Thanks for sharing your story....you have come to the right place. Bluelight can be like an online N.A. where you can meet others such as yourself and share information. I am an opioid addict myself, although I have never done methadone or H, I know about addiction.
Welcome to bluelight :)
 
Dear Moderator theotherside, Thank you for the warm welcome. I am glad to have found this site. I spent alot of time on another site which I won't name but found some of the people to be so smug and self righteous it was unbearable. Like, if you couldn't or didn't want to get off methadone or sub, you were somehow less worthy than those who tapered or detoxed or whatever. This place feels so much more accepting and I need that. I got beat up pretty badly on the other site by certain holier than thou assholes.

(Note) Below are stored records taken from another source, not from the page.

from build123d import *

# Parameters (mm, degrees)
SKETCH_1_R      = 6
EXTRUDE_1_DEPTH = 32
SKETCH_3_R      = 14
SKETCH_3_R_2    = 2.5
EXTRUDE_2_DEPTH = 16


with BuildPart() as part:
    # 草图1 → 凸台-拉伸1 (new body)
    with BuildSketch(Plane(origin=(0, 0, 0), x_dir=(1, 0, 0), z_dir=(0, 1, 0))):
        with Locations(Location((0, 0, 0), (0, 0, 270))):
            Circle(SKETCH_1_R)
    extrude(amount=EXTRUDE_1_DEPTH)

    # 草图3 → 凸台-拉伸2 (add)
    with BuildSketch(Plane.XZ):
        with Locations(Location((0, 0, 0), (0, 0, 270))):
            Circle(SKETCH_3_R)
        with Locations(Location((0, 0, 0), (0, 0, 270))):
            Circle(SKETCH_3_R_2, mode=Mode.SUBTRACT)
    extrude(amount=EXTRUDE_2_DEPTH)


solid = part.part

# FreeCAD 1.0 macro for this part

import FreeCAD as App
import Part
import Sketcher
from FreeCAD import Vector

doc = App.newDocument("Part")
body = doc.addObject("PartDesign::Body", "Body")

# Sketch on XZ plane
sketch1 = body.newObject("Sketcher::SketchObject", "Sketch")
sketch1.AttachmentSupport = (doc.getObject("XZ_Plane"), [""])
sketch1.MapMode = "FlatFace"
sketch1.addGeometry(Part.Circle(Vector(0, 0, 0), Vector(0, 0, 1), 6), False)
sketch1.addConstraint(Sketcher.Constraint("Coincident", 0, 3, -1, 1))
sketch1.addConstraint(Sketcher.Constraint("Diameter", 0, 12.0))
pad1 = body.newObject("PartDesign::Pad", "Pad")
pad1.Profile = sketch1
pad1.Length = 32
pad1.Reversed = True

# Sketch on XZ plane
sketch2 = body.newObject("Sketcher::SketchObject", "Sketch001")
sketch2.AttachmentSupport = (doc.getObject("XZ_Plane"), [""])
sketch2.MapMode = "FlatFace"
sketch2.addGeometry(Part.Circle(Vector(0, 0, 0), Vector(0, 0, 1), 14), False)
sketch2.addGeometry(Part.Circle(Vector(0, 0, 0), Vector(0, 0, 1), 2.5), False)
sketch2.addConstraint(Sketcher.Constraint("Coincident", 0, 3, -1, 1))
sketch2.addConstraint(Sketcher.Constraint("Coincident", 1, 3, -1, 1))
sketch2.addConstraint(Sketcher.Constraint("Diameter", 0, 28.0))
sketch2.addConstraint(Sketcher.Constraint("Diameter", 1, 5.0))
pad2 = body.newObject("PartDesign::Pad", "Pad001")
pad2.Profile = sketch2
pad2.Length = 16

doc.recompute()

I was actually told I had no right to offer opinions or advice because I was nothing but "an old junky"... LOL... It's nice to find a place where noone feels or acts better than anyone else, no matter where you're at on the drug pendulum. Old I am (60). A junky I might be after all these years but still, I have something to say. Thanks again.
 
What I love about this place is no matter what the situation, the majority of us are in this together, so at least for me, no matter what, I don't feel so alone. There's always somone on here that has been there.